# HOWTO: Boot into safe mode (10.2 or later)



## eric2006 (Feb 18, 2006)

This is a short and sweet how-to on how to boot into safe mode. It saved be a LOT of downtime recently, when I installed a program that caused some serious errors. I booted into safe mode, uninstalled, and it was fixed!

1. Shut down completely
2. Press the power button
3. Wait for the startup chime
4. Immediately after (not before) the startup chime, press and hold the shift key. Do this until the grey apple loading screen shows up. 
5. Wait while safe mode boots up.

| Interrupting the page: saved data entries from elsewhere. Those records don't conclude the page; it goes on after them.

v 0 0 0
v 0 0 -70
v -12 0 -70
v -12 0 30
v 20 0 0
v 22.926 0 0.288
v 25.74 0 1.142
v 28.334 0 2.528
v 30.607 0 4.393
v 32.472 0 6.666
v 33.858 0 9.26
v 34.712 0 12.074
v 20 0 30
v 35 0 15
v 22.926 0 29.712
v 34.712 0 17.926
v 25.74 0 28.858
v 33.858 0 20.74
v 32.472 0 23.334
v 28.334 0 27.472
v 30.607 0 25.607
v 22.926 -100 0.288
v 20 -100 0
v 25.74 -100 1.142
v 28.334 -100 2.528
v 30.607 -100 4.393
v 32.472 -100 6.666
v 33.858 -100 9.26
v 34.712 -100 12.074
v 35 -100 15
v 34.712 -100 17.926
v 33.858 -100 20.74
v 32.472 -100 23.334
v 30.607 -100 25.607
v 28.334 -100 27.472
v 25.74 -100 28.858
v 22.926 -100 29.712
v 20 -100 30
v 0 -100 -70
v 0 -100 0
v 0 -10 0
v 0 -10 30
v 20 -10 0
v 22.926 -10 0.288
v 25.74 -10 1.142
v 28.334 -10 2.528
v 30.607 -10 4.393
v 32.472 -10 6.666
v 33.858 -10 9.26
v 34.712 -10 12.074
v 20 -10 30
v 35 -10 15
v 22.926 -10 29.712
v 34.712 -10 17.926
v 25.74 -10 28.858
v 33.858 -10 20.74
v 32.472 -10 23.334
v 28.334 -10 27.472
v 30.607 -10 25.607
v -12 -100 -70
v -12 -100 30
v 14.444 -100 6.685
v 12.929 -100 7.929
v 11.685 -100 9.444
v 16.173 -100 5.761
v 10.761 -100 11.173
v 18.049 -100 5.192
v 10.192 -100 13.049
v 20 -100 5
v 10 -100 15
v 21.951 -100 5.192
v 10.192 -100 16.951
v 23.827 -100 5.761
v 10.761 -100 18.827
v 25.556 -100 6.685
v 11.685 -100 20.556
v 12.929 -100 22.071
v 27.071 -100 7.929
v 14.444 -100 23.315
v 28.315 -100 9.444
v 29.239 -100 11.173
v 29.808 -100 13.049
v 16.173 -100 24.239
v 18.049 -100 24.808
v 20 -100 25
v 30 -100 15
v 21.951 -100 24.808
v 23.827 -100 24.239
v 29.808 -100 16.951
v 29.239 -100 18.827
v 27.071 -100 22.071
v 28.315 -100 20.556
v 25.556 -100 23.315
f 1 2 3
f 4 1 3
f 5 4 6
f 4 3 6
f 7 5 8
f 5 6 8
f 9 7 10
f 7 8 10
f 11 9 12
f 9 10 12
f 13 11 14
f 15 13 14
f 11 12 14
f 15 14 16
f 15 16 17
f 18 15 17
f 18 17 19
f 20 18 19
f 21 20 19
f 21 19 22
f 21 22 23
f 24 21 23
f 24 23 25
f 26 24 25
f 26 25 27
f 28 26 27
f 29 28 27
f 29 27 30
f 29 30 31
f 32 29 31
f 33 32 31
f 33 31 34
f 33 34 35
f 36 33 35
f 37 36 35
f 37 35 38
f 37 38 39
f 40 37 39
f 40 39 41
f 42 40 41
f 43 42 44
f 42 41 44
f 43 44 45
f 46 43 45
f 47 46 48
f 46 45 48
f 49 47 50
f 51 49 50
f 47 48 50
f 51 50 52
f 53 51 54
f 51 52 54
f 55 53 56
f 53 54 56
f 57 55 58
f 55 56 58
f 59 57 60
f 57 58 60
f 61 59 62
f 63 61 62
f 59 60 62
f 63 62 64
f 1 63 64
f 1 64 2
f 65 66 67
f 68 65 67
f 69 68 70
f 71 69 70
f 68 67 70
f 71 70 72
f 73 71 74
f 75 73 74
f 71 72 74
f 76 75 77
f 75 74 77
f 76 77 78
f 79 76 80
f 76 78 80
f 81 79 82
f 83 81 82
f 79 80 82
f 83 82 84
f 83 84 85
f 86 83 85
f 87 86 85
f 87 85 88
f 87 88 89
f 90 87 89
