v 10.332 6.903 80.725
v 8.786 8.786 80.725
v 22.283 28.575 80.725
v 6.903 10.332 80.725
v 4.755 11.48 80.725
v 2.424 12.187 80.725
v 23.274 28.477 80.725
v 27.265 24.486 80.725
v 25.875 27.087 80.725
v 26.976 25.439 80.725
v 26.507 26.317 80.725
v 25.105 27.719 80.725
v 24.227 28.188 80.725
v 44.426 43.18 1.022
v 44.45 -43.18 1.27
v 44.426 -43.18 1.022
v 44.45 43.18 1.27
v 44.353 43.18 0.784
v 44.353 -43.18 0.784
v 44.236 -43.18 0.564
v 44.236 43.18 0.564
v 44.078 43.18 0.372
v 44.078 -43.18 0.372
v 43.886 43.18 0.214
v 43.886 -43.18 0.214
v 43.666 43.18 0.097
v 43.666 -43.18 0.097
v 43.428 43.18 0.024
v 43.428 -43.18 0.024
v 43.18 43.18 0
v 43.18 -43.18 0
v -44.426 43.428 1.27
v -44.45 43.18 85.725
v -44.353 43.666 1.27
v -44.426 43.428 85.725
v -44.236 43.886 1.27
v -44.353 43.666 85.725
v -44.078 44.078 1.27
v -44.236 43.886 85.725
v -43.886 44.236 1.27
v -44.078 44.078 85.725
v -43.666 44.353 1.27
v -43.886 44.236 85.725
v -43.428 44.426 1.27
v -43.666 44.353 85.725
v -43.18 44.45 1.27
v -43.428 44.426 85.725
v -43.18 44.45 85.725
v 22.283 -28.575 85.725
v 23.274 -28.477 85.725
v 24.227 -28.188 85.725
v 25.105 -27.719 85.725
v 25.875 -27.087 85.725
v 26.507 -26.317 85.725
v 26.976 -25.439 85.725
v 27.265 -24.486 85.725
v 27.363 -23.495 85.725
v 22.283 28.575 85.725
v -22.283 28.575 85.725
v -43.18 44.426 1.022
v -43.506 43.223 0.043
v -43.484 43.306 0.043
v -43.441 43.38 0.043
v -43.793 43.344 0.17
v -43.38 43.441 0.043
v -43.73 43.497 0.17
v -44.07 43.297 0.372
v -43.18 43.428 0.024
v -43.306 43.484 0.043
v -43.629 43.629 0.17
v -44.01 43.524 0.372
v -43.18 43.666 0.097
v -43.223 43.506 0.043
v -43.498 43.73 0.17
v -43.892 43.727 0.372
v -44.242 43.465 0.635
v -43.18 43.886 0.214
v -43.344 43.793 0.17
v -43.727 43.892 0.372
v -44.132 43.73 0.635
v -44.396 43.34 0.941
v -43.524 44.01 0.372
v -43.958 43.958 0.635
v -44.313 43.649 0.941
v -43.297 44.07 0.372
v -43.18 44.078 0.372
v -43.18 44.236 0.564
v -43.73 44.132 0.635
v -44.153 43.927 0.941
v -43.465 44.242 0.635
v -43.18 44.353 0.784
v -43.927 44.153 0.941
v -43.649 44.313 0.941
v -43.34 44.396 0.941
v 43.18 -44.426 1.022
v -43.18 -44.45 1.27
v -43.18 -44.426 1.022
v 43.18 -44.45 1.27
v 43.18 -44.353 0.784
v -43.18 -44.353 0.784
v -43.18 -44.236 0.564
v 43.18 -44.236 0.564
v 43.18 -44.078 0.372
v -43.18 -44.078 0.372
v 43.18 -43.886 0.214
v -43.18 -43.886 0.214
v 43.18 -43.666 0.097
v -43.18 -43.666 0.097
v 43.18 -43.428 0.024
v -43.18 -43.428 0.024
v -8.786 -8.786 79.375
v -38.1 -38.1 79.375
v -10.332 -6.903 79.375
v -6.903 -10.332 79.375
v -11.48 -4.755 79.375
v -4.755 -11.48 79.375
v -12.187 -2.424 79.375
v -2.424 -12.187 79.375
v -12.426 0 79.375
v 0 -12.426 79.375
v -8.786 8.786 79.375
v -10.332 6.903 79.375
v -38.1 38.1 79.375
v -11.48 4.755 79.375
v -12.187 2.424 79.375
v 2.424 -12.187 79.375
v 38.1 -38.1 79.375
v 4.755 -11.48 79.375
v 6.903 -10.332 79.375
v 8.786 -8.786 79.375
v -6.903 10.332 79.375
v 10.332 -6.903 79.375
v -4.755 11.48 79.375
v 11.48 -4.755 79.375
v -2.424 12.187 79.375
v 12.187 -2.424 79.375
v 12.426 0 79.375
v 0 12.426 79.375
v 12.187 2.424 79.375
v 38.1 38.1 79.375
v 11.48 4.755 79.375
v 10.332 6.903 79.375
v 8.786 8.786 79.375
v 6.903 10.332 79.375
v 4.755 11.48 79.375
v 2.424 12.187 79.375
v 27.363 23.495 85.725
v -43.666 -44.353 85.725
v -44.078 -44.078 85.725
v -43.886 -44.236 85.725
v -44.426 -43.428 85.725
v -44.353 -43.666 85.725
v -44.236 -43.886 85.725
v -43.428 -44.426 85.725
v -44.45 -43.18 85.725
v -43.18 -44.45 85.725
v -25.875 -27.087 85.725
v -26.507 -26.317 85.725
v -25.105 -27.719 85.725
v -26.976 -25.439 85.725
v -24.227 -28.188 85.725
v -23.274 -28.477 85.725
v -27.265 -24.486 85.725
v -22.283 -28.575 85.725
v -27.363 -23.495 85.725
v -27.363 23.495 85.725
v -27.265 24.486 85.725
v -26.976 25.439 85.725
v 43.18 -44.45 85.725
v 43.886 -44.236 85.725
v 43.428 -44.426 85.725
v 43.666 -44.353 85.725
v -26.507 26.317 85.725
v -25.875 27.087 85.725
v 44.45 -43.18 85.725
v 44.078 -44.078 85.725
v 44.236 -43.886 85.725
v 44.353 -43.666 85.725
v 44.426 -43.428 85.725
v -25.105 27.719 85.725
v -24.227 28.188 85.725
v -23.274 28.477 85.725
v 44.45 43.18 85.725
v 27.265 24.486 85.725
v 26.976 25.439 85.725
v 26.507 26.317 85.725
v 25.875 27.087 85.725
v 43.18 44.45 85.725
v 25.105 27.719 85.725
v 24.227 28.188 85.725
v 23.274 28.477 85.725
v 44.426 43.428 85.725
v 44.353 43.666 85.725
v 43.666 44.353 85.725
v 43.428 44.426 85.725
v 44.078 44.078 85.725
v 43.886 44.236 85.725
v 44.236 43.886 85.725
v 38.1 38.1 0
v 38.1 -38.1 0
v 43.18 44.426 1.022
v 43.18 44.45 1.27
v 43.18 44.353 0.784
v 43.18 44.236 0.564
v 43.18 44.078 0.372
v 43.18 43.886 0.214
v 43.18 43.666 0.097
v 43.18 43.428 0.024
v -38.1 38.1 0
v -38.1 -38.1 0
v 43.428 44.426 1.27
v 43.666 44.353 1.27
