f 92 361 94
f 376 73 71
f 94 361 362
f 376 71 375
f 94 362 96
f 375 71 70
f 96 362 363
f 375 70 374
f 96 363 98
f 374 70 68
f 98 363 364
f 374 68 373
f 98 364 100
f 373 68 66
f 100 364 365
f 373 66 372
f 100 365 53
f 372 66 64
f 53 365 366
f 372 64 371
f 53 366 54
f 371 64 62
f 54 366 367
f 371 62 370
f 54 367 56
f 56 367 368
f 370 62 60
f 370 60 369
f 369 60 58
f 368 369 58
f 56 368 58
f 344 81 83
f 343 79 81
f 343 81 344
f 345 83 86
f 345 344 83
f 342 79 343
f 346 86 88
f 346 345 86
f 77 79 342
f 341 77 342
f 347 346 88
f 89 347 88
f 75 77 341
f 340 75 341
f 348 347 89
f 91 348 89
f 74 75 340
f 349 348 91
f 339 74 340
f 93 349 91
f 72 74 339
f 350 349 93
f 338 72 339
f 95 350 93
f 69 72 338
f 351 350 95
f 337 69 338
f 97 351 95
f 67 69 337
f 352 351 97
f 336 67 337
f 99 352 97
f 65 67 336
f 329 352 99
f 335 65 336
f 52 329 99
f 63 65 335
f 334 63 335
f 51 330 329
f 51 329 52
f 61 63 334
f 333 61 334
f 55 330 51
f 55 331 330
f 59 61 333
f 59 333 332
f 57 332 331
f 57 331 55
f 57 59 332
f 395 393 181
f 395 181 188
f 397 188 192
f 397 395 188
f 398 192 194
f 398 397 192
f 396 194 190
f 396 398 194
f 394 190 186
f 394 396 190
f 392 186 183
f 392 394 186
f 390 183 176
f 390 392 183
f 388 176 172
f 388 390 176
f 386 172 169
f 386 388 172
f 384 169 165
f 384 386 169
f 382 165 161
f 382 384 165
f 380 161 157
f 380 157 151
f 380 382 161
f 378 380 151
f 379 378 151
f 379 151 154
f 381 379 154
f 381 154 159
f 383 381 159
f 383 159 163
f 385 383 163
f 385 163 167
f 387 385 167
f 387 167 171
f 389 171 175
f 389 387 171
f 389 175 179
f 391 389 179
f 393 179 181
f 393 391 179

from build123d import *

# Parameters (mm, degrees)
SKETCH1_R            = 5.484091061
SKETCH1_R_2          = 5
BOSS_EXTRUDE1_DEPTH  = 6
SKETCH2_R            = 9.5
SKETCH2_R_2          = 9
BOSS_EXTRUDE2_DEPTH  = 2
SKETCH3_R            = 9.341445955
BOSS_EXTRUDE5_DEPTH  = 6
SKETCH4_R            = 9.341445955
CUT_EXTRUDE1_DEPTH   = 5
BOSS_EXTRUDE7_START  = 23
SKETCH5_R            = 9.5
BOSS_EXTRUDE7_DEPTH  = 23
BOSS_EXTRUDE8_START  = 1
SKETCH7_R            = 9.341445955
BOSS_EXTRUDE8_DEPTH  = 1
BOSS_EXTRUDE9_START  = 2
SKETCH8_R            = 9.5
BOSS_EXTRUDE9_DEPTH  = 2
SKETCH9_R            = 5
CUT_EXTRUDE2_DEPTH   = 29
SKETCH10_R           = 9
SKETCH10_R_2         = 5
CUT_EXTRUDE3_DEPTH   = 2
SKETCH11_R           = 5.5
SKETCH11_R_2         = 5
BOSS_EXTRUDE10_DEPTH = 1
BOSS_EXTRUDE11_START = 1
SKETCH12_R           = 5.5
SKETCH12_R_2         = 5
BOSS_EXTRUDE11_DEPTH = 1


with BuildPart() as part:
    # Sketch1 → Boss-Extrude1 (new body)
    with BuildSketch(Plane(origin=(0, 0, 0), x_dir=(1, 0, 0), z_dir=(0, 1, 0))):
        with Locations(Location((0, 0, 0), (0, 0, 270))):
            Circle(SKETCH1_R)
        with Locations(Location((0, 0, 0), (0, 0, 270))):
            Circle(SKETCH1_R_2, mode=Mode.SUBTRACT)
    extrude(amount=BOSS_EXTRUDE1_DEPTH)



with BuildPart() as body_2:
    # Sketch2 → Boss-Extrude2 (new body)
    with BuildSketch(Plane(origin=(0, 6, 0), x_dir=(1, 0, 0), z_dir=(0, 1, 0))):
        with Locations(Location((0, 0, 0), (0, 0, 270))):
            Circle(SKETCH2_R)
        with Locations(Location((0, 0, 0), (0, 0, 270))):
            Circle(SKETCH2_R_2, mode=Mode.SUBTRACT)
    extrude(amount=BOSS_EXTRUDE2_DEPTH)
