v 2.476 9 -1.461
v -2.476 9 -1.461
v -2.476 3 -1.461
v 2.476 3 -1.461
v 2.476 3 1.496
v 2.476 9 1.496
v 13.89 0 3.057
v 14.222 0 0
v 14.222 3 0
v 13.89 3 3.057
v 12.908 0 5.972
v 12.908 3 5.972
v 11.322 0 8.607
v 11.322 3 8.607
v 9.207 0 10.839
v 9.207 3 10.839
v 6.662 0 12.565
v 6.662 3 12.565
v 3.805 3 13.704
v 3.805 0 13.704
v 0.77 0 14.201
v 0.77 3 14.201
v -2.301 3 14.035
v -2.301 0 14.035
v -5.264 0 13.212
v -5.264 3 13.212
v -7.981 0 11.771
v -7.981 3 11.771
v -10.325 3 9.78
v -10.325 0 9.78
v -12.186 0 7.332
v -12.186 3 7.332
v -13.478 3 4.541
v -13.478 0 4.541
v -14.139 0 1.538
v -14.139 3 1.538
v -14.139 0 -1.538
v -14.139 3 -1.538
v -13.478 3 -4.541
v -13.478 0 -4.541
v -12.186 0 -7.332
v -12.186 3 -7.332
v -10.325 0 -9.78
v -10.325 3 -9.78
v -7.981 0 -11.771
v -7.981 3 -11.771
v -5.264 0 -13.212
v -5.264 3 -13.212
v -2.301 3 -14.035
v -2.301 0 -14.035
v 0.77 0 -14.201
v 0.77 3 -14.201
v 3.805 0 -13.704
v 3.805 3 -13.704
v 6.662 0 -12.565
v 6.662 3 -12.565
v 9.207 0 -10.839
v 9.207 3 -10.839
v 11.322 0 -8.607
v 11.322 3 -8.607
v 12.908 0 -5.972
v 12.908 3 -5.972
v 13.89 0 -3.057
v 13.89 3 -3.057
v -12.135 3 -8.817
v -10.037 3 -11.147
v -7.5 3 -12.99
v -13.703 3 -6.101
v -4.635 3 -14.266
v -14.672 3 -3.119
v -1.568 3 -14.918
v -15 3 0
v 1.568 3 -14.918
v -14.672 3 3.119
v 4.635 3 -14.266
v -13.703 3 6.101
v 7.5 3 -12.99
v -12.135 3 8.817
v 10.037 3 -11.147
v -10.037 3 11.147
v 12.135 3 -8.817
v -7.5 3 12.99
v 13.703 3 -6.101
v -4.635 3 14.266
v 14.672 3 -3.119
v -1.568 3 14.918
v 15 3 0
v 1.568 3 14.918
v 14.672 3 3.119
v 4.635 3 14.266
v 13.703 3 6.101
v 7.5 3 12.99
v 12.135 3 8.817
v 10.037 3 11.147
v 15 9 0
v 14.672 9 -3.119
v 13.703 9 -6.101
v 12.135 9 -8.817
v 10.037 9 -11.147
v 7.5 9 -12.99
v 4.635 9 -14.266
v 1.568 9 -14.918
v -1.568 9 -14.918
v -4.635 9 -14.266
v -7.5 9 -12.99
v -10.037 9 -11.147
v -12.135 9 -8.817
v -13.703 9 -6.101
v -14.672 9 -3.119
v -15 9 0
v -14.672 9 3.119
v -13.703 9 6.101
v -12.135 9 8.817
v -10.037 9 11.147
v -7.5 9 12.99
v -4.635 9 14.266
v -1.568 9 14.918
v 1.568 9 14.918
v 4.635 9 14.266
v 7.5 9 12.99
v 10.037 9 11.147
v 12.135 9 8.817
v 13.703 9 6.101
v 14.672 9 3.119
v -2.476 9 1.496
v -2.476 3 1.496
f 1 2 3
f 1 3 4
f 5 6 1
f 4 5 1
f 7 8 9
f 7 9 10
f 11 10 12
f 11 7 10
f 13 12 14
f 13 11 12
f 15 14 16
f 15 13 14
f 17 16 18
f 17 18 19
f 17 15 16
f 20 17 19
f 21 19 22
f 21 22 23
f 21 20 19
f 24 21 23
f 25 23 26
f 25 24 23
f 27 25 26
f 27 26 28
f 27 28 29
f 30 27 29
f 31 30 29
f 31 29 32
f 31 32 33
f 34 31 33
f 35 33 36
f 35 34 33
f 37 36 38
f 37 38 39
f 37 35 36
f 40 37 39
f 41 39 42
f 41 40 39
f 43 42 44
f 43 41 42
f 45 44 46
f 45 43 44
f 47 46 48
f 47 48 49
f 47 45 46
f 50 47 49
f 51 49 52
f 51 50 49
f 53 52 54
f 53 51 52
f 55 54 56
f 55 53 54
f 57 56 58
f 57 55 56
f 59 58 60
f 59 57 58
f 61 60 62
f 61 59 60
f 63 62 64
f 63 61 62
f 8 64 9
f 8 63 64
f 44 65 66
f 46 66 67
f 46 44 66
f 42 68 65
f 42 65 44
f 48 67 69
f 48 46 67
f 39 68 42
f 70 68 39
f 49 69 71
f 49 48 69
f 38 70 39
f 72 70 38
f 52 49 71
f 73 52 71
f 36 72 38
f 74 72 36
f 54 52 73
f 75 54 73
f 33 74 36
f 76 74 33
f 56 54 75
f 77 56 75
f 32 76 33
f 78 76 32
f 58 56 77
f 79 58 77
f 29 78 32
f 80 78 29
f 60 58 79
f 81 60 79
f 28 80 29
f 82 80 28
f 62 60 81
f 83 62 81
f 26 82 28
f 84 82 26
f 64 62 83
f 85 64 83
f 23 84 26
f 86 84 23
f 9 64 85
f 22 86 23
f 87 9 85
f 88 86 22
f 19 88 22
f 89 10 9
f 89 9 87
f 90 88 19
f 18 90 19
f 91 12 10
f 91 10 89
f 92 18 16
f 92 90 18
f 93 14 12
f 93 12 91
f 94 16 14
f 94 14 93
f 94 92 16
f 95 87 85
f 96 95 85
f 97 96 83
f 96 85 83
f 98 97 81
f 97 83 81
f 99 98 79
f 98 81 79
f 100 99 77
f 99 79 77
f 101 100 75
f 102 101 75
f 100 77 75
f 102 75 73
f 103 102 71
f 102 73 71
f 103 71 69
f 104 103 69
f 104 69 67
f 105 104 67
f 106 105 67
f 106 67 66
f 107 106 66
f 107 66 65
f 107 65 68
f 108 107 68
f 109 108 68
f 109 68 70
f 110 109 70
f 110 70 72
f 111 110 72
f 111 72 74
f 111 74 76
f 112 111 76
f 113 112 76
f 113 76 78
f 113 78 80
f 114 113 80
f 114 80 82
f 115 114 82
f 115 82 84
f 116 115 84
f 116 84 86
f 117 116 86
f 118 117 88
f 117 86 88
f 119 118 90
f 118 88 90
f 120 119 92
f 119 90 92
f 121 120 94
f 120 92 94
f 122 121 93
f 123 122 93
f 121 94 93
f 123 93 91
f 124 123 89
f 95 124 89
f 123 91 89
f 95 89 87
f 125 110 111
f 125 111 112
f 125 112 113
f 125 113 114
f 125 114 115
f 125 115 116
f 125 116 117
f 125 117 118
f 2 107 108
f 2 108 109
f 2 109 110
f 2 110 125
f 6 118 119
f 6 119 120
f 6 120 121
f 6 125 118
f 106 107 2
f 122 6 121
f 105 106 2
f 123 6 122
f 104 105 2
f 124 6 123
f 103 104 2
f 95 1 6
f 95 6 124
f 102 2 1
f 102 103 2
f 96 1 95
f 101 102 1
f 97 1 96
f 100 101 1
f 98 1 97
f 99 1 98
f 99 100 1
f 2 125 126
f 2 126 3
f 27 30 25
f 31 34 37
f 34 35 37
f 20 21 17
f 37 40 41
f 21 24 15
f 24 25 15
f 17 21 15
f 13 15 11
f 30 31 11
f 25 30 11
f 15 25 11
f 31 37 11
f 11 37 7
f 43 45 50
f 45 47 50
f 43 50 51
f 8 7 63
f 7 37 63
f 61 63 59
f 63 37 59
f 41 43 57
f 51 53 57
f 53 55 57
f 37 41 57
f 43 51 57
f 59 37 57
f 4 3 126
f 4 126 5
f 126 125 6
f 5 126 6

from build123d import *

# Parameters (mm, degrees)
SKETCH1_R           = 15
BOSS_EXTRUDE1_DEPTH = 9
SKETCH6_OUTSIDE_W   = 40.674
SKETCH6_OUTSIDE_H   = 40.674
SKETCH6_OUTSIDE_R   = 14.222015383
CUT_EXTRUDE4_DEPTH  = 3
SKETCH8_W           = 4.952506836
SKETCH8_H           = 2.956951794
CUT_EXTRUDE5_DEPTH  = 6


with BuildPart() as part:
    # Sketch1 → Boss-Extrude1 (new body)
    with BuildSketch(Plane(origin=(0, 0, 0), x_dir=(1, 0, 0), z_dir=(0, 1, 0))):
        Circle(SKETCH1_R)
    extrude(amount=BOSS_EXTRUDE1_DEPTH)

    # Sketch6 outside → Cut-Extrude4 (cut)
    with BuildSketch(Plane.XZ):
        Rectangle(SKETCH6_OUTSIDE_W, SKETCH6_OUTSIDE_H)
        Circle(SKETCH6_OUTSIDE_R, mode=Mode.SUBTRACT)
    extrude(amount=-CUT_EXTRUDE4_DEPTH, mode=Mode.SUBTRACT)

    # Sketch8 → Cut-Extrude5 (cut)
    with BuildSketch(Plane(origin=(0, 9, 0), x_dir=(1, 0, 0), z_dir=(0, 1, 0))):
        with Locations((0, -0.017356659)):
            Rectangle(SKETCH8_W, SKETCH8_H)
    extrude(amount=-CUT_EXTRUDE5_DEPTH, mode=Mode.SUBTRACT)


solid = part.part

It will take a lot longer than regular OS X.
6. Log in (press shift-enter instead of enter after putting in your password to log in without login items.)
7. You are in safe mode

Safe mode will run disk repair, and ignores the cache of kernel extensions
The regular GUI is used in safe mode by default 

Related Apple help files:

Booting into Safe Mode:
http://docs.info.apple.com/article.html?artnum=107393
Safe Mode takes longer than regular startup:
http://docs.info.apple.com/article.html?artnum=107394

If there are any errors in this tutorial, please post the correction(s), and I will add them.


----------



## schemadesign (Feb 20, 2006)

many thanks for your tips.

i pray they work when i get home - if you could grab some wood near you and touch it for me.

Cheers

Carl


----------



## Lt Major Burns (Feb 20, 2006)

shift is also used to log in without login items.  instead of hitting enter after entering your password at the login screen, shift+enter will load without log in items.  useful if there's a pesky corrupt login item.


----------



## eric2006 (Feb 20, 2006)

Lt Major Burns said:
			
		

> shift is also used to log in without login items.  instead of hitting enter after entering your password at the login screen, shift+enter will load without log in items.  useful if there's a pesky corrupt login item.


Thanks, added that.


----------



## Natobasso (Feb 21, 2006)

Actually safe mode boots a lot faster than regular mode because you don't have to load the OS X bells and whistles. fsck -f to force a system check, type "reboot" to reboot. Hold command + s before the chime and keep it held till you get a black screen. This is the unix shell, I believe, and where you enter the fsck and reboot commands.


----------



## schemadesign (Feb 22, 2006)

It is my sad duty to report my imac is dead. It passed away on Monday.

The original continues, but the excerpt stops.